Bupati menegaskan, rakor tersebut merupakan bentuk tanggung jawab bersama untuk menjaga kelestarian alam serta melindungi berbagai aset yang ada di Kabupaten Sintang.

“Rakor ini merupakan bentuk tanggung jawab kita kepada alam, lahan, hutan, dan aset kita semua. Di sana ada aset perkebunan dan hutan yang perlu kita lindungi. Jadi kita lebih memikirkan tanggung jawab terhadap keberlangsungan alam ini ketimbang sekadar menjalankan perintah,” ujarnya.

Bupati Sintang juga meminta seluruh pihak melakukan evaluasi dan analisis data di lapangan secara berkala, mulai dari pemantauan titik panas (hotspot), kondisi cuaca, hingga tingkat kerawanan wilayah berdasarkan data BMKG.

Selain itu, pengalaman penanganan karhutla pada tahun-tahun sebelumnya harus menjadi bahan evaluasi agar langkah yang diambil lebih efektif dan tidak menimbulkan konflik sosial di masyarakat.

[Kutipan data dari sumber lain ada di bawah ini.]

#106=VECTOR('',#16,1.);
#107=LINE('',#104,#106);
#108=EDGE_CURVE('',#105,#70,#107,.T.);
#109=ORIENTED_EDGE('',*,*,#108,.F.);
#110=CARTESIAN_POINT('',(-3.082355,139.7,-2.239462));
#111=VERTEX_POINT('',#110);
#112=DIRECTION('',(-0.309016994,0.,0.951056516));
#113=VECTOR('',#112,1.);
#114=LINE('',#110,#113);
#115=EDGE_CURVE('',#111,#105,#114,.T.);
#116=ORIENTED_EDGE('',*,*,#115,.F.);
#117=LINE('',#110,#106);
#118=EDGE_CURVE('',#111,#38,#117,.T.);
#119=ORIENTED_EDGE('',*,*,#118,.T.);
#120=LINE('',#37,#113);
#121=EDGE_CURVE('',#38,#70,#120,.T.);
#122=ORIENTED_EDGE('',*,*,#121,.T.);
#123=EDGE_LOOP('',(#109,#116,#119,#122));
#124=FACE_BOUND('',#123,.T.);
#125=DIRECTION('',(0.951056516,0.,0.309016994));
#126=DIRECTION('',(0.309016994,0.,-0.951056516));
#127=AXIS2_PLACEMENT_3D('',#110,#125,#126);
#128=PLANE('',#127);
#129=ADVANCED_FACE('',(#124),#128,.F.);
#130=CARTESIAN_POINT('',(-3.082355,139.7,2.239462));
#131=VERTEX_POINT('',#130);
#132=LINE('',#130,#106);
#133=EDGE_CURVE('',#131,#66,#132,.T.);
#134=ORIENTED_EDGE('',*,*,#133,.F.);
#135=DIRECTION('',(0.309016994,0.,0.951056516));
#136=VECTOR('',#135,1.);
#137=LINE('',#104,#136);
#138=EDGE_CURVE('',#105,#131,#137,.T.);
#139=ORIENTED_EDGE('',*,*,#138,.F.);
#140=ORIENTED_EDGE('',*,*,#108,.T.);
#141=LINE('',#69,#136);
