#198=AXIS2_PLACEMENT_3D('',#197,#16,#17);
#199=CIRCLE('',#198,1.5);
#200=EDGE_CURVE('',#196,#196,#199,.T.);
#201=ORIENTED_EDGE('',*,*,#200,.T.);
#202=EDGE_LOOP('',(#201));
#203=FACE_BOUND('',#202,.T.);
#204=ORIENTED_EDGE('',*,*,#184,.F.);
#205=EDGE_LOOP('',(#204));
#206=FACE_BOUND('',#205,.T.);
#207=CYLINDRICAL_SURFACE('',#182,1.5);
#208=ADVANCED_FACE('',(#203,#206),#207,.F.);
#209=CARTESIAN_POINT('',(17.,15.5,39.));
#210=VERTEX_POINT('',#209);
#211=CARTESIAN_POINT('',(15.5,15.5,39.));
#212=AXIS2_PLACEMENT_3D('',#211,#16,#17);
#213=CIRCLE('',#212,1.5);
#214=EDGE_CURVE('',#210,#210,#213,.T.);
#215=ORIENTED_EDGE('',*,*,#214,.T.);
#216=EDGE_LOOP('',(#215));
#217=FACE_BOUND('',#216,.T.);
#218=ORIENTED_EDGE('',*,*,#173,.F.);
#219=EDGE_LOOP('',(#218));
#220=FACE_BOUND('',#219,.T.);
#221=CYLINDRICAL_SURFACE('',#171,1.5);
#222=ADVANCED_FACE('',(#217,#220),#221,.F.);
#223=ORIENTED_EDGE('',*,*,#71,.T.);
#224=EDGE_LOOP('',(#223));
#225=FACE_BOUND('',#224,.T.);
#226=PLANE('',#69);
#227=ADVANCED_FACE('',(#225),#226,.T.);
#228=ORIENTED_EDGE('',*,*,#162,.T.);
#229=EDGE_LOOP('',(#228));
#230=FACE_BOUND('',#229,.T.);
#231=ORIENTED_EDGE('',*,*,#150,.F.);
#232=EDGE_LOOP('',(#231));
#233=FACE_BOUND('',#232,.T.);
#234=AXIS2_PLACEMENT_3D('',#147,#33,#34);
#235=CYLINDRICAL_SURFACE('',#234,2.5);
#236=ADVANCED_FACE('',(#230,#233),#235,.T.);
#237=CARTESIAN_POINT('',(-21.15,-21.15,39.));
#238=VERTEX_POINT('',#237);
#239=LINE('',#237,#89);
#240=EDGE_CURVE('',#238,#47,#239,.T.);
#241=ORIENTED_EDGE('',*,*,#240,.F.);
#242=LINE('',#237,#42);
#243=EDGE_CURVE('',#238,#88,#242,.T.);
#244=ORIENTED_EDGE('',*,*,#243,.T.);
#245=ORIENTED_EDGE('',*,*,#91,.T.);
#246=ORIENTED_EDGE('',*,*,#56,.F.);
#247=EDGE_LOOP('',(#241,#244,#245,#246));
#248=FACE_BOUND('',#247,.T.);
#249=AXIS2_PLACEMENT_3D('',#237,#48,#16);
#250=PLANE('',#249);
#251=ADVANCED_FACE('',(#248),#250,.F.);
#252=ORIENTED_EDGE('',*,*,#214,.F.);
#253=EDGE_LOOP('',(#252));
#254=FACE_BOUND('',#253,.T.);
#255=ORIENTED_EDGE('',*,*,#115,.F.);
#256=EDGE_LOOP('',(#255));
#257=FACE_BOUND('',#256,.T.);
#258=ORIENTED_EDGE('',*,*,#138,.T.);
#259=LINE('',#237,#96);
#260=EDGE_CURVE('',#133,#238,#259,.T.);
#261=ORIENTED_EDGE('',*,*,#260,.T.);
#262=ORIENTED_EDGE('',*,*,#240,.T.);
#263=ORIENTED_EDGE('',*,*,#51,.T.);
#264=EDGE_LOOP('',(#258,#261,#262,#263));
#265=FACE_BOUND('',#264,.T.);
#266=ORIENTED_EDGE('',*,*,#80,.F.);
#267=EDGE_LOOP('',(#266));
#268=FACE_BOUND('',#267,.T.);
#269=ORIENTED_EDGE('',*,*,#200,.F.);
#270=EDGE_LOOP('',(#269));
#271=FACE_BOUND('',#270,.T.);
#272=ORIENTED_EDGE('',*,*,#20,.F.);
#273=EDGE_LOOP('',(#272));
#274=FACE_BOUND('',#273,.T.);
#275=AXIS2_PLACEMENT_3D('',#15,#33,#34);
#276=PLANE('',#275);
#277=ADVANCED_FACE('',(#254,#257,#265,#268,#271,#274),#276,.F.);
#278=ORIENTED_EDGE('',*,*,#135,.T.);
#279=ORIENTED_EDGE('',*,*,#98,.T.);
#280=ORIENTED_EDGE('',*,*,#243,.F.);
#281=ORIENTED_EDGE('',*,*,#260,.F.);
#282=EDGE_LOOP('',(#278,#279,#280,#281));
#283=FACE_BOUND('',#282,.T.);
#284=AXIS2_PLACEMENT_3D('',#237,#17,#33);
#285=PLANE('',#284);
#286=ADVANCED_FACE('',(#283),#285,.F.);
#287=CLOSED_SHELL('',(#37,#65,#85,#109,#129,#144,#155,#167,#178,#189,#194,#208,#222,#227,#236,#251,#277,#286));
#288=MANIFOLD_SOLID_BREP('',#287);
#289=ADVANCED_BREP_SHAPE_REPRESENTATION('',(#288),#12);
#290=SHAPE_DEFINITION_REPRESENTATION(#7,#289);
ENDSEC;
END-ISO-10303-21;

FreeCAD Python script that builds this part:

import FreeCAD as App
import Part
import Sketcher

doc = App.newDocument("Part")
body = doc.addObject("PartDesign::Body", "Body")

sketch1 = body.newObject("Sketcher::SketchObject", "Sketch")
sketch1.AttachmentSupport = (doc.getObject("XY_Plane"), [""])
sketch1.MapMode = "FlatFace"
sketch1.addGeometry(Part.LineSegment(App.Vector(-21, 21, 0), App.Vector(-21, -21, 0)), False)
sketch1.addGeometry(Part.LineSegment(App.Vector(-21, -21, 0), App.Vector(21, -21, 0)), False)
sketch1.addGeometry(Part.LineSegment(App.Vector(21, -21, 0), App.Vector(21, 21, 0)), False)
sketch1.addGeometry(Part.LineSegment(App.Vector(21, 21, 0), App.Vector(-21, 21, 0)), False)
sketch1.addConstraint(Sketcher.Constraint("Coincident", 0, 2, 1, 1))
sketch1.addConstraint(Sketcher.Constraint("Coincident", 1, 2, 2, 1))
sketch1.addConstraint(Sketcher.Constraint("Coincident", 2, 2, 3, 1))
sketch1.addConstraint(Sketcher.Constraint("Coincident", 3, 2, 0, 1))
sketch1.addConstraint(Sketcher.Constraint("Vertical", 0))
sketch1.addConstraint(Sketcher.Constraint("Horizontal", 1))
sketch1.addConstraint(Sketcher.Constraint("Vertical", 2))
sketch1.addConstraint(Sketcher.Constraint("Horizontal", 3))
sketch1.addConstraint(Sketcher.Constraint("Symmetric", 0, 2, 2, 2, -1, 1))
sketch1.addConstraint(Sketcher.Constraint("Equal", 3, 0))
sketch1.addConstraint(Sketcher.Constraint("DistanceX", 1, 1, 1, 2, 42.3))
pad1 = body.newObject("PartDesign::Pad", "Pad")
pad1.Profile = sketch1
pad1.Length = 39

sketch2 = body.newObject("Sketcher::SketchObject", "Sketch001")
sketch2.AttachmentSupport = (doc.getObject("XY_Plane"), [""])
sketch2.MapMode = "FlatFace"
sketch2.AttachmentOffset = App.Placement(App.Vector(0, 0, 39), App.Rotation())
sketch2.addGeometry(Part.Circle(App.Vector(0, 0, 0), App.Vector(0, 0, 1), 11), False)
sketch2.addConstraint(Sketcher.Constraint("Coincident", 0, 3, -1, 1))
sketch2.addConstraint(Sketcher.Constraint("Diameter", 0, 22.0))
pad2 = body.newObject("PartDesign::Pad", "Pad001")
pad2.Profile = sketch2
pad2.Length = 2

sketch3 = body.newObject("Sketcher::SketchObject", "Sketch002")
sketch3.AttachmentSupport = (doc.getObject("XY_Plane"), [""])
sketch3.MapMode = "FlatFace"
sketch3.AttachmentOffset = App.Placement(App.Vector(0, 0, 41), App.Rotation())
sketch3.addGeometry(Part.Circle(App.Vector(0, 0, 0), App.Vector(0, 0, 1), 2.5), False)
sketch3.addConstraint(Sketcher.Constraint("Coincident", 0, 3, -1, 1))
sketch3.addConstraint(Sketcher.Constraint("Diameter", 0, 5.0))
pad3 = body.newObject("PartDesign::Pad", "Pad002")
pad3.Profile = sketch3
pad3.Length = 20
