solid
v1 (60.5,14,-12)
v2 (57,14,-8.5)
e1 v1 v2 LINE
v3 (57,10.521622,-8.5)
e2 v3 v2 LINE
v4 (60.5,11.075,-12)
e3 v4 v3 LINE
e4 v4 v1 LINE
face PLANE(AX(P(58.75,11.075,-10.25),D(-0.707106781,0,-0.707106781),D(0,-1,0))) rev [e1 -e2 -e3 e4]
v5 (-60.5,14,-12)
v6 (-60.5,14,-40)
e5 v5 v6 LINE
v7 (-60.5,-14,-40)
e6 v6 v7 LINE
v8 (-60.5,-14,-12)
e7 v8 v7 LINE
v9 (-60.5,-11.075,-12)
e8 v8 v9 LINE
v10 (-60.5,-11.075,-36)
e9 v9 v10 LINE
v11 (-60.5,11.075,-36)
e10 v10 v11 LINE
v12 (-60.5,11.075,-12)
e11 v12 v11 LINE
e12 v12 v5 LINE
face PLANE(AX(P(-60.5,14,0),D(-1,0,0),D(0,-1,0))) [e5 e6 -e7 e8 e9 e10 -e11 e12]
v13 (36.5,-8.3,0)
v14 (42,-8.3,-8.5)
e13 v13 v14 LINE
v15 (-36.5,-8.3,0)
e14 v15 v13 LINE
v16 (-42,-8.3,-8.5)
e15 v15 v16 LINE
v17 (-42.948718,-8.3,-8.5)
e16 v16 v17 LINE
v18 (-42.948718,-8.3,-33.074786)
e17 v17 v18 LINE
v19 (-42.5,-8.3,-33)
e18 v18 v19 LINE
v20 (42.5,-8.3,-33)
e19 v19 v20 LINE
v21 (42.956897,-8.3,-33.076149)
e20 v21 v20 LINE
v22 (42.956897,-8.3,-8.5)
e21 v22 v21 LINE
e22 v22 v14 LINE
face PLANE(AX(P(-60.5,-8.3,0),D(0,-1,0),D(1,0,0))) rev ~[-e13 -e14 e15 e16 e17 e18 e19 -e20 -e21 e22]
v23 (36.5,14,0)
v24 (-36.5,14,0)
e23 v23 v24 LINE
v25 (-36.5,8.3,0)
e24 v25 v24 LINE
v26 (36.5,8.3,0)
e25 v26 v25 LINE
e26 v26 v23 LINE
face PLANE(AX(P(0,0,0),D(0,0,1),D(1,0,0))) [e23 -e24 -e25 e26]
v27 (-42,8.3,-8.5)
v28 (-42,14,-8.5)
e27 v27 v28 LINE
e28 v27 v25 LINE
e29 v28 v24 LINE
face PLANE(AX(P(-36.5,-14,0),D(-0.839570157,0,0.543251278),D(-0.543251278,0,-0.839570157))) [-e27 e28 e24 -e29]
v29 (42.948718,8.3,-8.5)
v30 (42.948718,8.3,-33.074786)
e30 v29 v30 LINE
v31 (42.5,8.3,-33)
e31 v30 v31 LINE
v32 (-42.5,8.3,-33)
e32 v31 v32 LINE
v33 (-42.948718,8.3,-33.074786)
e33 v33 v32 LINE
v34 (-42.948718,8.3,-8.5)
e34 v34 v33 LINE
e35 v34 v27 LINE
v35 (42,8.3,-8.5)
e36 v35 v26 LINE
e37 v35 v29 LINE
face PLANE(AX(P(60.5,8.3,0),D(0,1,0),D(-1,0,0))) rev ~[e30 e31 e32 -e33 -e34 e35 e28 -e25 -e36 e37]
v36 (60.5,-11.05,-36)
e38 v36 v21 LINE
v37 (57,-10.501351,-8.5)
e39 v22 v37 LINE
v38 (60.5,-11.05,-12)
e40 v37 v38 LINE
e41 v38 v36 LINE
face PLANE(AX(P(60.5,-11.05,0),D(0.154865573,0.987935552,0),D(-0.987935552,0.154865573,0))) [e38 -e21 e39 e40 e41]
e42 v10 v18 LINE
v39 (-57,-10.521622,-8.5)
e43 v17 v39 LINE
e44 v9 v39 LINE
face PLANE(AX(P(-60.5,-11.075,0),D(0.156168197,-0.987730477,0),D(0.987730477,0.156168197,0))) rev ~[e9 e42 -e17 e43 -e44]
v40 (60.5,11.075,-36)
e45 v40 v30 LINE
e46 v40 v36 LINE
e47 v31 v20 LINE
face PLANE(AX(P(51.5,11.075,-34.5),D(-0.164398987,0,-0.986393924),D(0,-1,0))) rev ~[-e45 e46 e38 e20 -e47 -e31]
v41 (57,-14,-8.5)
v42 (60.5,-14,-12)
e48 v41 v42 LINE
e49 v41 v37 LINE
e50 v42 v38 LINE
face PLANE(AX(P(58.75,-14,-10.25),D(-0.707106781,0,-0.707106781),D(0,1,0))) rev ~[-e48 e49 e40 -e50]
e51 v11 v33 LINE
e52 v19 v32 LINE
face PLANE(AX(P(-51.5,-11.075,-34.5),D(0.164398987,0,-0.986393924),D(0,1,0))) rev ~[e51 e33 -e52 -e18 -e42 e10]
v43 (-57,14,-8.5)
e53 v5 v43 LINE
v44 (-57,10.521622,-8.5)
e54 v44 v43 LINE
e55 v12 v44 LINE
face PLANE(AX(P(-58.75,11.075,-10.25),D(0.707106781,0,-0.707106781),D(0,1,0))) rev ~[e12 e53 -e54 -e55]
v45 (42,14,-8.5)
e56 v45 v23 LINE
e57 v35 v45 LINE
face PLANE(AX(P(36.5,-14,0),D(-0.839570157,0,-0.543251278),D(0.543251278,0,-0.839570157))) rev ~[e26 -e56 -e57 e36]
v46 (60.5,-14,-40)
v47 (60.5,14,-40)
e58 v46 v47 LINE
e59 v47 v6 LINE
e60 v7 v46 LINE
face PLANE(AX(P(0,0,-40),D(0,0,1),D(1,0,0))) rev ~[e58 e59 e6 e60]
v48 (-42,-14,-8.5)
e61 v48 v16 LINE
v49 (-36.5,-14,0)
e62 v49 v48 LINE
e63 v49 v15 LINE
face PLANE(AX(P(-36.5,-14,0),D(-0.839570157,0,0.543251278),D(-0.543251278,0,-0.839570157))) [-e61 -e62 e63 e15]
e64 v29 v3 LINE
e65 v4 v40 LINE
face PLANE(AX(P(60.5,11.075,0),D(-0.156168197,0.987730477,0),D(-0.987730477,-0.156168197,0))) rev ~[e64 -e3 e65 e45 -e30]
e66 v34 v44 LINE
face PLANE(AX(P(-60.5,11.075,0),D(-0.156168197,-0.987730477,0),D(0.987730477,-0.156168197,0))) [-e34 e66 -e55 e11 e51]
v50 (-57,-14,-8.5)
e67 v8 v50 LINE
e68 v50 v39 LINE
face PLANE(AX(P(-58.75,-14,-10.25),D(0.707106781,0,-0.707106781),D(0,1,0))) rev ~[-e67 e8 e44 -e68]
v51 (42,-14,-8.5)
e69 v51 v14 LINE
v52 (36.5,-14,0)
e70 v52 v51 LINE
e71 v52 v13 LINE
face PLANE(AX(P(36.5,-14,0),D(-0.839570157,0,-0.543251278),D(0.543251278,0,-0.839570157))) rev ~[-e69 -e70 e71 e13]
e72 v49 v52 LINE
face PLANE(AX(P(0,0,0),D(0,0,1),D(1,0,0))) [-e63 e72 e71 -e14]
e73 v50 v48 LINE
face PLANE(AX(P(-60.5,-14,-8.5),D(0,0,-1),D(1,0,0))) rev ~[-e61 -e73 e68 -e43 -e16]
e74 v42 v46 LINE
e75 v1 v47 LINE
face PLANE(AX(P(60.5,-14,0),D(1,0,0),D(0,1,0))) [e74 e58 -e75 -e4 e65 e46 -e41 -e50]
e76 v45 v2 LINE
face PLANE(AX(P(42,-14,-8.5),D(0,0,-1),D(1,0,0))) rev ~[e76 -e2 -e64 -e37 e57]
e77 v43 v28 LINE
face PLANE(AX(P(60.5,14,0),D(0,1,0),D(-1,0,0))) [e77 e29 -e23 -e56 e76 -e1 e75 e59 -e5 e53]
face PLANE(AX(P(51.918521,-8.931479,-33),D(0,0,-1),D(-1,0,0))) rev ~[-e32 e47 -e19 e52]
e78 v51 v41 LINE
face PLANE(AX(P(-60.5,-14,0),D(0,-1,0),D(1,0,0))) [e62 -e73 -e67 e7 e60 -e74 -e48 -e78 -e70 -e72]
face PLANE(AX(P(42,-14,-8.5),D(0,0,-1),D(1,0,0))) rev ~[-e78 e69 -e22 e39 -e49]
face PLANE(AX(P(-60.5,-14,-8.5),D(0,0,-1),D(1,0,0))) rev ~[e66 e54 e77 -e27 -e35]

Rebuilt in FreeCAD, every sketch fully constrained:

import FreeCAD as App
import Part
import Sketcher
from FreeCAD import Vector
Q = App.Units.Quantity


def edges_at(feature, points):
    """Names of the edges that pass closest to the given points."""
    edges = feature.Shape.Edges
    near = lambda p: min(range(len(edges)), key=lambda i: edges[i].distToShape(Part.Vertex(*p))[0])
    return sorted({f"Edge{near(p) + 1}" for p in points})


def add_polygon(sketch, points):
    """Adds a closed chain of lines whose ends are joined by coincident constraints."""
    first, n = sketch.GeometryCount, len(points)
    for a, b in zip(points, points[1:] + points[:1]):
        sketch.addGeometry(Part.LineSegment(App.Vector(*a, 0), App.Vector(*b, 0)), False)
    for i in range(n):
        sketch.addConstraint(Sketcher.Constraint("Coincident", first + i, 2, first + (i + 1) % n, 1))

doc = App.newDocument("Part")
params = doc.addObject("Spreadsheet::Sheet", "Params")
for row, (alias, value) in enumerate([
    ("sketch1_width", "121 mm"),
    ("sketch1_height", "28 mm"),
    ("pad1_length", "40 mm"),
    ("sketch2_width", "18.5 mm"),
    ("sketch2_height", "8.5 mm"),
    ("pocket1_length", "28 mm"),
    ("sketch3_width", "18.5 mm"),
    ("sketch3_height", "2.9 mm"),
    ("pocket2_length", "33 mm"),
    ("sketch4_width", "121 mm"),
    ("sketch4_height", "16.6 mm"),
    ("pocket3_length", "33 mm"),
    ("chamfer_size", "3 mm"),
    ("chamfer_size2", "18 mm"),
    ("chamfer2_size", "3 mm"),
    ("chamfer2_size2", "18 mm"),
    ("sketch5_width", "5.5 mm"),
    ("sketch5_height", "8.5 mm"),
    ("pocket4_length", "40 mm"),
    ("chamfer3_size", "3.5 mm"),
    ("chamfer4_size", "3.5 mm"),
], start=1):
    params.set(f"A{row}", alias)
    params.set(f"B{row}", "=" + value)
    params.setAlias(f"B{row}", alias)

body = doc.addObject("PartDesign::Body", "Body")

sketch1 = body.newObject("Sketcher::SketchObject", "Sketch")
sketch1.AttachmentSupport = (doc.getObject("XY_Plane"), [""])
sketch1.MapMode = "FlatFace"
add_polygon(sketch1, [(-60, 14), (-60, -14), (60, -14), (60, 14)])
sketch1.addConstraint(Sketcher.Constraint("Vertical", 0))
sketch1.addConstraint(Sketcher.Constraint("Horizontal", 1))
sketch1.addConstraint(Sketcher.Constraint("Vertical", 2))
sketch1.addConstraint(Sketcher.Constraint("Horizontal", 3))
sketch1.addConstraint(Sketcher.Constraint("Symmetric", 0, 2, 2, 2, -1, 1))
sketch1.addConstraint(Sketcher.Constraint("DistanceX", 1, 1, 1, 2, Q("121 mm")))
sketch1.addConstraint(Sketcher.Constraint("DistanceY", 0, 2, 0, 1, Q("28 mm")))
sketch1.setExpression("Constraints[9]", "Params.sketch1_width")
sketch1.setExpression("Constraints[10]", "Params.sketch1_height")
pad1 = body.newObject("PartDesign::Pad", "Pad")
pad1.Profile = sketch1
pad1.setExpression("Length", "Params.pad1_length")
pad1.Reversed = True

sketch2 = body.newObject("Sketcher::SketchObject", "Sketch001")
sketch2.AttachmentSupport = (doc.getObject("XZ_Plane"), [""])
sketch2.MapMode = "FlatFace"
sketch2.AttachmentOffset = App.Placement(Vector(0, 0, 14), App.Rotation())
add_polygon(sketch2, [(60, -8), (60, 0), (42, 0), (42, -8)])
add_polygon(sketch2, [(-60, 0), (-60, -8), (-42, -8), (-42, 0)])
sketch2.addConstraint(Sketcher.Constraint("Vertical", 0))
sketch2.addConstraint(Sketcher.Constraint("Horizontal", 1))
sketch2.addConstraint(Sketcher.Constraint("Vertical", 2))
sketch2.addConstraint(Sketcher.Constraint("Horizontal", 3))
sketch2.addConstraint(Sketcher.Constraint("Vertical", 4))
sketch2.addConstraint(Sketcher.Constraint("Horizontal", 5))
sketch2.addConstraint(Sketcher.Constraint("Vertical", 6))
sketch2.addConstraint(Sketcher.Constraint("Horizontal", 7))
sketch2.addConstraint(Sketcher.Constraint("Symmetric", 1, 2, 6, 2, -1, 1))
sketch2.addConstraint(Sketcher.Constraint("Symmetric", 3, 2, 4, 2, -2))
sketch2.addConstraint(Sketcher.Constraint("PointOnObject", 0, 2, -1))
sketch2.addConstraint(Sketcher.Constraint("DistanceX", 1, 2, 1, 1, Q("18.5 mm")))
sketch2.addConstraint(Sketcher.Constraint("DistanceY", 0, 1, 0, 2, Q("8.5 mm")))
sketch2.addConstraint(Sketcher.Constraint("DistanceX", -1, 1, 1, 2, Q("42 mm")))
sketch2.setExpression("Constraints[19]", "Params.sketch2_width")
sketch2.setExpression("Constraints[20]", "Params.sketch2_height")
pocket1 = body.newObject("PartDesign::Pocket", "Pocket")
pocket1.Profile = sketch2
pocket1.setExpression("Length", "Params.pocket1_length")

sketch3 = body.newObject("Sketcher::SketchObject", "Sketch002")
sketch3.AttachmentSupport = (doc.getObject("XY_Plane"), [""])
sketch3.MapMode = "FlatFace"
add_polygon(sketch3, [(42, 8.2), (60.5, 8.2), (60.5, 11.1)])
add_polygon(sketch3, [(60.5, -11.1), (60.5, -8.2), (42, -8.2)])
add_polygon(sketch3, [(-60.5, 11.1), (-60.5, 8.2), (-42, 8.2)])
add_polygon(sketch3, [(-42, -8.2), (-60.5, -8.2), (-60.5, -11.1)])
sketch3.addConstraint(Sketcher.Constraint("Horizontal", 0))
sketch3.addConstraint(Sketcher.Constraint("Vertical", 1))
sketch3.addConstraint(Sketcher.Constraint("Vertical", 3))
sketch3.addConstraint(Sketcher.Constraint("Horizontal", 4))
sketch3.addConstraint(Sketcher.Constraint("Vertical", 6))
sketch3.addConstraint(Sketcher.Constraint("Horizontal", 7))
sketch3.addConstraint(Sketcher.Constraint("Horizontal", 9))
sketch3.addConstraint(Sketcher.Constraint("Vertical", 10))
sketch3.addConstraint(Sketcher.Constraint("Symmetric", 3, 2, 6, 2, -1, 1))
sketch3.addConstraint(Sketcher.Constraint("Symmetric", 0, 2, 9, 2, -1, 1))
sketch3.addConstraint(Sketcher.Constraint("Symmetric", 0, 2, 6, 2, -2))
sketch3.addConstraint(Sketcher.Constraint("Parallel", 2, 11))
sketch3.addConstraint(Sketcher.Constraint("Horizontal", 1, 2, 8, 2))
sketch3.addConstraint(Sketcher.Constraint("Vertical", 2, 2, 4, 2))
sketch3.addConstraint(Sketcher.Constraint("Vertical", 7, 2, 11, 2))
sketch3.addConstraint(Sketcher.Constraint("Equal", 4, 7))
sketch3.addConstraint(Sketcher.Constraint("DistanceX", 0, 1, 0, 2, Q("18.5 mm")))
sketch3.addConstraint(Sketcher.Constraint("DistanceY", 3, 1, 3, 2, Q("2.9 mm")))
sketch3.addConstraint(Sketcher.Constraint("DistanceX", -1, 1, 2, 2, Q("42 mm")))
sketch3.addConstraint(Sketcher.Constraint("DistanceY", 3, 2, 0, 2, Q("16.3 mm")))
sketch3.addConstraint(Sketcher.Constraint("DistanceY", 1, 1, 1, 2, Q("2.925 mm")))
sketch3.setExpression("Constraints[28]", "Params.sketch3_width")
sketch3.setExpression("Constraints[29]", "Params.sketch3_height")
pocket2 = body.newObject("PartDesign::Pocket", "Pocket001")
pocket2.Profile = sketch3
pocket2.setExpression("Length", "Params.pocket2_length")

sketch4 = body.newObject("Sketcher::SketchObject", "Sketch003")
sketch4.AttachmentSupport = (doc.getObject("XY_Plane"), [""])
sketch4.MapMode = "FlatFace"
add_polygon(sketch4, [(-60, 8), (-60, -8), (60, -8), (60, 8)])
sketch4.addConstraint(Sketcher.Constraint("Vertical", 0))
sketch4.addConstraint(Sketcher.Constraint("Horizontal", 1))
sketch4.addConstraint(Sketcher.Constraint("Vertical", 2))
sketch4.addConstraint(Sketcher.Constraint("Horizontal", 3))
sketch4.addConstraint(Sketcher.Constraint("Symmetric", 0, 2, 2, 2, -1, 1))
sketch4.addConstraint(Sketcher.Constraint("DistanceX", 1, 1, 1, 2, Q("121 mm")))
sketch4.addConstraint(Sketcher.Constraint("DistanceY", 0, 2, 0, 1, Q("16.6 mm")))
sketch4.setExpression("Constraints[9]", "Params.sketch4_width")
sketch4.setExpression("Constraints[10]", "Params.sketch4_height")
pocket3 = body.newObject("PartDesign::Pocket", "Pocket002")
pocket3.Profile = sketch4
pocket3.setExpression("Length", "Params.pocket3_length")
doc.recompute()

Menurut Bupati, strategi pencegahan dan mitigasi harus diperkuat melalui sosialisasi kepada masyarakat tentang pentingnya deteksi dini kebakaran hutan dan lahan. Pengawasan terhadap pembukaan lahan pertanian dan perkebunan juga harus ditingkatkan, termasuk pengelolaan sumber air, pemeliharaan embung, sekat kanal, dan patroli terpadu.

Ia juga menekankan pentingnya kesiapan sarana dan prasarana pemadaman kebakaran, baik yang dimiliki perusahaan maupun desa.

“Pengecekan ketersediaan dan kelayakan sarana prasarana pemadam kebakaran di perusahaan dan desa harus dilakukan, seperti alat pemadam kebakaran, menara pemantau api, dan embung. Posko di kecamatan maupun desa juga harus terus siaga,” katanya.

Bupati meminta seluruh unsur pemerintah daerah, TNI, Polri, perusahaan, hingga relawan masyarakat menyiapkan rencana tindak lanjut yang jelas, termasuk pembagian tugas dan peran masing-masing dalam menghadapi potensi karhutla.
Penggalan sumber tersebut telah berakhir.